By homogeneity we may assume $\sum_{i=1}^na_i=1$. Let $$S=\frac{a_1+\cdots+a_n}n-\sqrt[n]{a_1\cdots a_n}-\frac1{2n^2a_n}\sum_{1\le i<j\le n}(a_i-a_j)^2$$ and $$T=\frac{a_1+\cdots+a_n}n-\sqrt[n]{a_1\cdots a_n}-\frac1{2n^2a_1}\sum_{1\le i<j\le n}(a_i-a_j)^2.$$ Obviously, if $a_1=\cdots=a_n=1/n$, we have $S=T=0$. It suffices to prove that $S$ (resp. $T$) attains its minimum (resp. maximum) at $a_1=\cdots=a_n=1/n$. We first show that the minimum of $S$ and the maximum of $T$ are attainable. In fact, the domain of $S$ can be extended to non-negative reals $0\le a_1\le\dots \le a_n$, $\sum_{i=1}^na_i=1$ since $a_n\ge1/n>0$ on this set. This set is compact, and $S$ is smooth, so $S$ attains its minimum. On the other hand, $T\to-\infty$ as $a_1\to0^+$, thus the supremum of $T$ on $0<a_1\le\dots \le a_n$, $\sum_{i=1}^na_i=1$ is equal to the supremum of $T$ on $\epsilon\le a_1\le\dots \le a_n$, $\sum_{i=1}^na_i=1$ for some $\epsilon>0$. Again this is a compact set and $T$ attains its maximum on it.

The key point of the proof is the following two lemmas:

Lemma 1. Suppose $a_i<\sqrt[n]{a_1\cdots a_n}$ for some $i$. In this case, we may choose $i$ to be the maximum among all such $i$. Then there exists a pair $a_i',a_{i+1}'$ such that $a_i'+a_{i+1}'=a_i+a_{i+1}$, $a_1\le\dots\le a_{i-1}\le a_i'\le a_{i+1}'\le a_{i+2}\le\dots\le a_n$, and \begin{align}S(a_1,\ldots,a_i',a_{i+1}',\ldots,a_n)<S(a_1,\ldots,a_i,a_{i+1},\ldots,a_n).\end{align}

Proof.
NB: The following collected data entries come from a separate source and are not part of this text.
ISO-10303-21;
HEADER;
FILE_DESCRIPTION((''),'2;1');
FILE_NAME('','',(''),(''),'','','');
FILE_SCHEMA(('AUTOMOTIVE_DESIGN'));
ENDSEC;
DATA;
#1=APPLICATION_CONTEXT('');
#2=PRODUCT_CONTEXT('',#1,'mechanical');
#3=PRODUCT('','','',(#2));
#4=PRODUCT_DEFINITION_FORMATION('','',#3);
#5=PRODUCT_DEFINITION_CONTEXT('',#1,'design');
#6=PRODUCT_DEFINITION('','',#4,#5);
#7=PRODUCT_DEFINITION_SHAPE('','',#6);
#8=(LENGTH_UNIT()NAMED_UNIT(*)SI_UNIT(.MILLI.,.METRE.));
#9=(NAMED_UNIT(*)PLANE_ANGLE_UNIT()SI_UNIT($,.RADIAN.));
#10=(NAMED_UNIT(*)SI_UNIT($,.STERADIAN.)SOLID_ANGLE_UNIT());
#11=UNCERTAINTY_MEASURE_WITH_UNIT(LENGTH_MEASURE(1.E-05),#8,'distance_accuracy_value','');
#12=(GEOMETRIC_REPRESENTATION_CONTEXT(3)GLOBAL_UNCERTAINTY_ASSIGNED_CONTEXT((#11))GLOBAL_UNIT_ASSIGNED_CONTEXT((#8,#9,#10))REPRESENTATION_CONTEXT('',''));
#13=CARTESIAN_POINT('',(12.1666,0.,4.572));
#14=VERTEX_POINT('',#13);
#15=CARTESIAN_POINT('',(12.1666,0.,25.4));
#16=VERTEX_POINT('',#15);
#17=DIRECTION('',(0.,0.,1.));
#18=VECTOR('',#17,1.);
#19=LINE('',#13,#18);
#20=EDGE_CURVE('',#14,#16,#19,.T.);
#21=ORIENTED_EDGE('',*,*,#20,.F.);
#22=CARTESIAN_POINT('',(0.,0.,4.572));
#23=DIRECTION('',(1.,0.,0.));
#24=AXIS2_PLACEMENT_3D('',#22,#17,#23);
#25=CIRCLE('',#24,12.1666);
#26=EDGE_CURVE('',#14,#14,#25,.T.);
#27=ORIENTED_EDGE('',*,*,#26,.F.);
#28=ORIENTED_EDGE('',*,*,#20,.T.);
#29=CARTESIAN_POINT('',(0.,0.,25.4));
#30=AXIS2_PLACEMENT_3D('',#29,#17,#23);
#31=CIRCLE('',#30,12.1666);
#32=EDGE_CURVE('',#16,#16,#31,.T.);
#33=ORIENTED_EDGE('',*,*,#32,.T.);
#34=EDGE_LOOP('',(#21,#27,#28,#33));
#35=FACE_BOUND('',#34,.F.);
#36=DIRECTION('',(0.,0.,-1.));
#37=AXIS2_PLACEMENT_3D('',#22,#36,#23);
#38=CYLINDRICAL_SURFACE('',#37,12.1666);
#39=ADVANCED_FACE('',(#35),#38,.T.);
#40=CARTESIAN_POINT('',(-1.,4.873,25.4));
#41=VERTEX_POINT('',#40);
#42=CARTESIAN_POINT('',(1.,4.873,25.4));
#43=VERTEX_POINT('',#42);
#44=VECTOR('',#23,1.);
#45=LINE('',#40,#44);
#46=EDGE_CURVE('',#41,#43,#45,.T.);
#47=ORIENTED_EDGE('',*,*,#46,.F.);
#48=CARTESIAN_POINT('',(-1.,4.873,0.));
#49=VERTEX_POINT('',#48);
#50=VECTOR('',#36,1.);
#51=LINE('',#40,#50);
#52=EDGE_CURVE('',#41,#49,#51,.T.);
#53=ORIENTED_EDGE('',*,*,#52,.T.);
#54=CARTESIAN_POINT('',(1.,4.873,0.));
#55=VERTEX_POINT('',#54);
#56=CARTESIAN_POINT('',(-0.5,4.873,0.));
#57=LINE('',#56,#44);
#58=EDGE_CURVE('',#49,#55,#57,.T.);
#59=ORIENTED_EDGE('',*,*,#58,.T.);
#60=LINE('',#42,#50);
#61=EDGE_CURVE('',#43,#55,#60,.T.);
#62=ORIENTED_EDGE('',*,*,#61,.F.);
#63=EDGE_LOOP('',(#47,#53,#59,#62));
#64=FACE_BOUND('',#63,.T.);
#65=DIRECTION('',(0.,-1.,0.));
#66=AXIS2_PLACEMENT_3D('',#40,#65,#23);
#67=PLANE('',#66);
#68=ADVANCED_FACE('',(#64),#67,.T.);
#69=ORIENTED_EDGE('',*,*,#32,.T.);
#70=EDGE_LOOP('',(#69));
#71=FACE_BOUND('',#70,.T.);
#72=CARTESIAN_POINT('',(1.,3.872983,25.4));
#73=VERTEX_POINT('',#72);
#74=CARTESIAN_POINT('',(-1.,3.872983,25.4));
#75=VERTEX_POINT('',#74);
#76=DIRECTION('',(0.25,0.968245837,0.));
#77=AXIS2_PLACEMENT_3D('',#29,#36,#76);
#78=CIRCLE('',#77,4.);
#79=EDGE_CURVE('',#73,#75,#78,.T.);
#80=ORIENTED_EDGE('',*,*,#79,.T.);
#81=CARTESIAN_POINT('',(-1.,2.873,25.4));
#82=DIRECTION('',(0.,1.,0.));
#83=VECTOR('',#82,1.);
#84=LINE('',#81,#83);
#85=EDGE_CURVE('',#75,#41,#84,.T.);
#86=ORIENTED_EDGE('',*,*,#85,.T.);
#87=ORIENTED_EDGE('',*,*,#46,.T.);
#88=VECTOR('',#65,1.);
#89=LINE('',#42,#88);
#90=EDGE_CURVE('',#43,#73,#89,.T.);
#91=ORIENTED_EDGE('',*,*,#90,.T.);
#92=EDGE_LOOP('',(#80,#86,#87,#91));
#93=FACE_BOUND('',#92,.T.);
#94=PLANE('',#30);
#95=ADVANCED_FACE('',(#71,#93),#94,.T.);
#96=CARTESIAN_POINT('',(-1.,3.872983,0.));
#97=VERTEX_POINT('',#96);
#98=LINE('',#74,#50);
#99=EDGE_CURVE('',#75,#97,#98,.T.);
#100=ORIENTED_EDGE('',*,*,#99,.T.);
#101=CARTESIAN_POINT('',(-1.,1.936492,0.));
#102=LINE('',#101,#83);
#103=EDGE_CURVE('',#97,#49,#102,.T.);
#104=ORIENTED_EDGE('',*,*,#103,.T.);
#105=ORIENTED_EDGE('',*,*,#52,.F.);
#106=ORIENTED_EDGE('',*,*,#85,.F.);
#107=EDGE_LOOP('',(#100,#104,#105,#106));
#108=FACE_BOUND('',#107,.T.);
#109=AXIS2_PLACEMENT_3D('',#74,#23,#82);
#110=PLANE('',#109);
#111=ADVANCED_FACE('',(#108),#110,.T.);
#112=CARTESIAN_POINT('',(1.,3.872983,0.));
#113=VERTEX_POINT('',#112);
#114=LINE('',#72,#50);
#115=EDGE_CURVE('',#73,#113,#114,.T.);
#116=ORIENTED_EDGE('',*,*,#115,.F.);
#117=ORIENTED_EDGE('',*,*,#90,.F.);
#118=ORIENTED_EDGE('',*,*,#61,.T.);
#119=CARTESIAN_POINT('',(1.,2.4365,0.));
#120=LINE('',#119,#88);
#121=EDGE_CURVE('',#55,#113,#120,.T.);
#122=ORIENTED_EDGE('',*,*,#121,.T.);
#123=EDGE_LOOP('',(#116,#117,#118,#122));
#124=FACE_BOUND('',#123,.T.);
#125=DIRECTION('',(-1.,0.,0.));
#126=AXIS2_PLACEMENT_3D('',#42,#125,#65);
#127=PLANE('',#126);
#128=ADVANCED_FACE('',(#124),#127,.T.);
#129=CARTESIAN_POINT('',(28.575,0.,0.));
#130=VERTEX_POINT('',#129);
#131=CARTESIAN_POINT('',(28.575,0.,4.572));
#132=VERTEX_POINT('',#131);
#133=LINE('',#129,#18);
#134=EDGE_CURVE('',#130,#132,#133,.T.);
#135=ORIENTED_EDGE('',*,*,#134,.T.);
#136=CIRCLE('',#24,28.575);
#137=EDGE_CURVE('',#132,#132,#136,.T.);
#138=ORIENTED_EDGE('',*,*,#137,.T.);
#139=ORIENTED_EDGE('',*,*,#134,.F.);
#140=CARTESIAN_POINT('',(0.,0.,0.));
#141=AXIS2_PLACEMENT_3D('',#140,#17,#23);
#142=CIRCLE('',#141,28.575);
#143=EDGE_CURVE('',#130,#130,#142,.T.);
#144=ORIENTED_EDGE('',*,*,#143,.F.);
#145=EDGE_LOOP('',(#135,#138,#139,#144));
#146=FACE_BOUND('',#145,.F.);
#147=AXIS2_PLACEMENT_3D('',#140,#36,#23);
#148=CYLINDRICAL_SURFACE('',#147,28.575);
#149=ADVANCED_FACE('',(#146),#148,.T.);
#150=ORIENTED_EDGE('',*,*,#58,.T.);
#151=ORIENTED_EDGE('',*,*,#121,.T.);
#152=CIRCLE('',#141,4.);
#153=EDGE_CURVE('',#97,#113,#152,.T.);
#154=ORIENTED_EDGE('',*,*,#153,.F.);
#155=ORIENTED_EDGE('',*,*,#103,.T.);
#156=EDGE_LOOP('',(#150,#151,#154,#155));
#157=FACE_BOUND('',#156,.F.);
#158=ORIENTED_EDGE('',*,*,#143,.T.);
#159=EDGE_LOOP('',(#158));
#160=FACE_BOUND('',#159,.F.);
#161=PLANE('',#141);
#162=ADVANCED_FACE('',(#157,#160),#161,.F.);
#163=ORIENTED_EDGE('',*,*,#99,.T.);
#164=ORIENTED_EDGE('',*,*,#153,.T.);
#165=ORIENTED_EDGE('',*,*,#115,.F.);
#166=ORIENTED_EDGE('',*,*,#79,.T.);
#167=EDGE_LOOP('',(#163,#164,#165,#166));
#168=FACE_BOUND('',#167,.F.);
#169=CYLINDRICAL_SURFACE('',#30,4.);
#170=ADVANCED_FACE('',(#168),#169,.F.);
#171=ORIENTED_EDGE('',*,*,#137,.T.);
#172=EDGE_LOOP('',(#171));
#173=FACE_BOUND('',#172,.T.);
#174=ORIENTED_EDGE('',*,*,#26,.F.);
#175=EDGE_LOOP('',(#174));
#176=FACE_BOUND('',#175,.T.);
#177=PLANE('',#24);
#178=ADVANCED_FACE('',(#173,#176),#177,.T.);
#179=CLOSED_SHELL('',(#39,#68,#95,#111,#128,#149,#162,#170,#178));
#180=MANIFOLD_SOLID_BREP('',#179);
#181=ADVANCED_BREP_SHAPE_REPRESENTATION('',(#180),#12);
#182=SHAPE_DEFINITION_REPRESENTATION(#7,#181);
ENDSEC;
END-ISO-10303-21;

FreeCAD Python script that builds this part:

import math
import FreeCAD as App
import Part
import Sketcher
from FreeCAD import Vector
Q = App.Units.Quantity

doc = App.newDocument("Part")
params = doc.addObject("Spreadsheet::Sheet", "Params")
for row, (alias, value) in enumerate([
    ("sketch1_diameter", "57.15 mm"),
    ("pad1_length", "4.572 mm"),
    ("pad2_length", "20.828 mm"),
    ("sketch3_radius", "4 mm"),
    ("sketch3_width", "2 mm"),
    ("sketch3_height", "1 mm"),
], start=1):
    params.set(f"A{row}", alias)
    params.set(f"B{row}", "=" + value)
    params.setAlias(f"B{row}", alias)

body = doc.addObject("PartDesign::Body", "Body")

sketch1 = body.newObject("Sketcher::SketchObject", "Sketch")
sketch1.AttachmentSupport = (doc.getObject("XY_Plane"), [""])
sketch1.MapMode = "FlatFace"
sketch1.addGeometry(Part.Circle(Vector(0, 0, 0), Vector(0, 0, 1), 29), False)
sketch1.addConstraint([
    Sketcher.Constraint("Coincident", 0, 3, -1, 1),
    Sketcher.Constraint("Diameter", 0, Q("57.15 mm")),
])
sketch1.setExpression("Constraints[1]", "Params.sketch1_diameter")
pad1 = body.newObject("PartDesign::Pad", "Pad")
pad1.Profile = sketch1
pad1.setExpression("Length", "Params.pad1_length")

sketch2 = body.newObject("Sketcher::SketchObject", "Sketch001")
sketch2.AttachmentSupport = (doc.getObject("XY_Plane"), [""])
sketch2.MapMode = "FlatFace"
sketch2.AttachmentOffset = App.Placement(Vector(0, 0, 4.572), App.Rotation())
sketch2.addGeometry(Part.Circle(Vector(0, 0, 0), Vector(0, 0, 1), 12), False)
sketch2.addConstraint([
    Sketcher.Constraint("Coincident", 0, 3, -1, 1),
    Sketcher.Constraint("Diameter", 0, Q("24.3332 mm")),
])
pad2 = body.newObject("PartDesign::Pad", "Pad001")
pad2.Profile = sketch2
pad2.setExpression("Length", "Params.pad2_length")

sketch3 = body.newObject("Sketcher::SketchObject", "Sketch002")
sketch3.AttachmentSupport = (doc.getObject("XY_Plane"), [""])
sketch3.MapMode = "FlatFace"
sketch3.AttachmentOffset = App.Placement(Vector(0, 0, 25.4), App.Rotation())
sketch3.addGeometry([
    Part.ArcOfCircle(Part.Circle(Vector(0, 0, 0), Vector(0, 0, 1), 4), math.radians(104), math.radians(436)),
    Part.LineSegment(Vector(1, 3.9, 0), Vector(1, 4.9, 0)),
    Part.LineSegment(Vector(1, 4.9, 0), Vector(-1, 4.9, 0)),
    Part.LineSegment(Vector(-1, 4.9, 0), Vector(-1, 3.9, 0)),
], False)
sketch3.addConstraint([
    Sketcher.Constraint("Coincident", 0, 2, 1, 1),
    Sketcher.Constraint("Coincident", 1, 2, 2, 1),
    Sketcher.Constraint("Coincident", 2, 2, 3, 1),
    Sketcher.Constraint("Coincident", 3, 2, 0, 1),
    Sketcher.Constraint("Vertical", 1),
    Sketcher.Constraint("Horizontal", 2),
    Sketcher.Constraint("Vertical", 3),
    Sketcher.Constraint("Coincident", 0, 3, -1, 1),
    Sketcher.Constraint("Horizontal", 0, 2, 3, 2),
    Sketcher.Constraint("Radius", 0, Q("4 mm")),
    Sketcher.Constraint("DistanceX", 2, 2, 2, 1, Q("2 mm")),
    Sketcher.Constraint("DistanceY", 1, 1, 1, 2, Q("1 mm")),
])
sketch3.setExpression("Constraints[9]", "Params.sketch3_radius")
sketch3.setExpression("Constraints[10]", "Params.sketch3_width")
sketch3.setExpression("Constraints[11]", "Params.sketch3_height")
pocket1 = body.newObject("PartDesign::Pocket", "Pocket")
pocket1.Profile = sketch3
pocket1.Type = "ThroughAll"

doc.recompute()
By the maximality of $i$ we have $a_i<a_{i+1}$. Let $f(\lambda)=S(a_1,\ldots,a_i+\lambda,a_{i+1}-\lambda,\ldots,a_n)$. Taking derivatives if $a_i\ne0$, we obtain $$f'(0)=\frac{a_{i+1}-a_i}n\left(\frac1{a_n}-\frac{\sqrt[n]{a_1\cdots a_n}}{a_ia_{i+1}}\right)$$ We show that $f'(0)<0$, hence for some sufficiently small $\lambda>0$ we may take $a_i'=a_i+\lambda$ and $a_{i+1}'=a_{i+1}-\lambda$ which would strictly decrease $S$ as is required. In light of this, we may admit the case $a_i=0$ here where we think $f'(0)=-\infty<0$. For $a_i\ne0$, it reduces to prove $a_ia_{i+1}<a_n\sqrt[n]{a_1\cdots a_n}$. But $a_i<\sqrt[n]{a_1\cdots a_n}$ and $a_{i+1}\le a_n$. This proves our lemma.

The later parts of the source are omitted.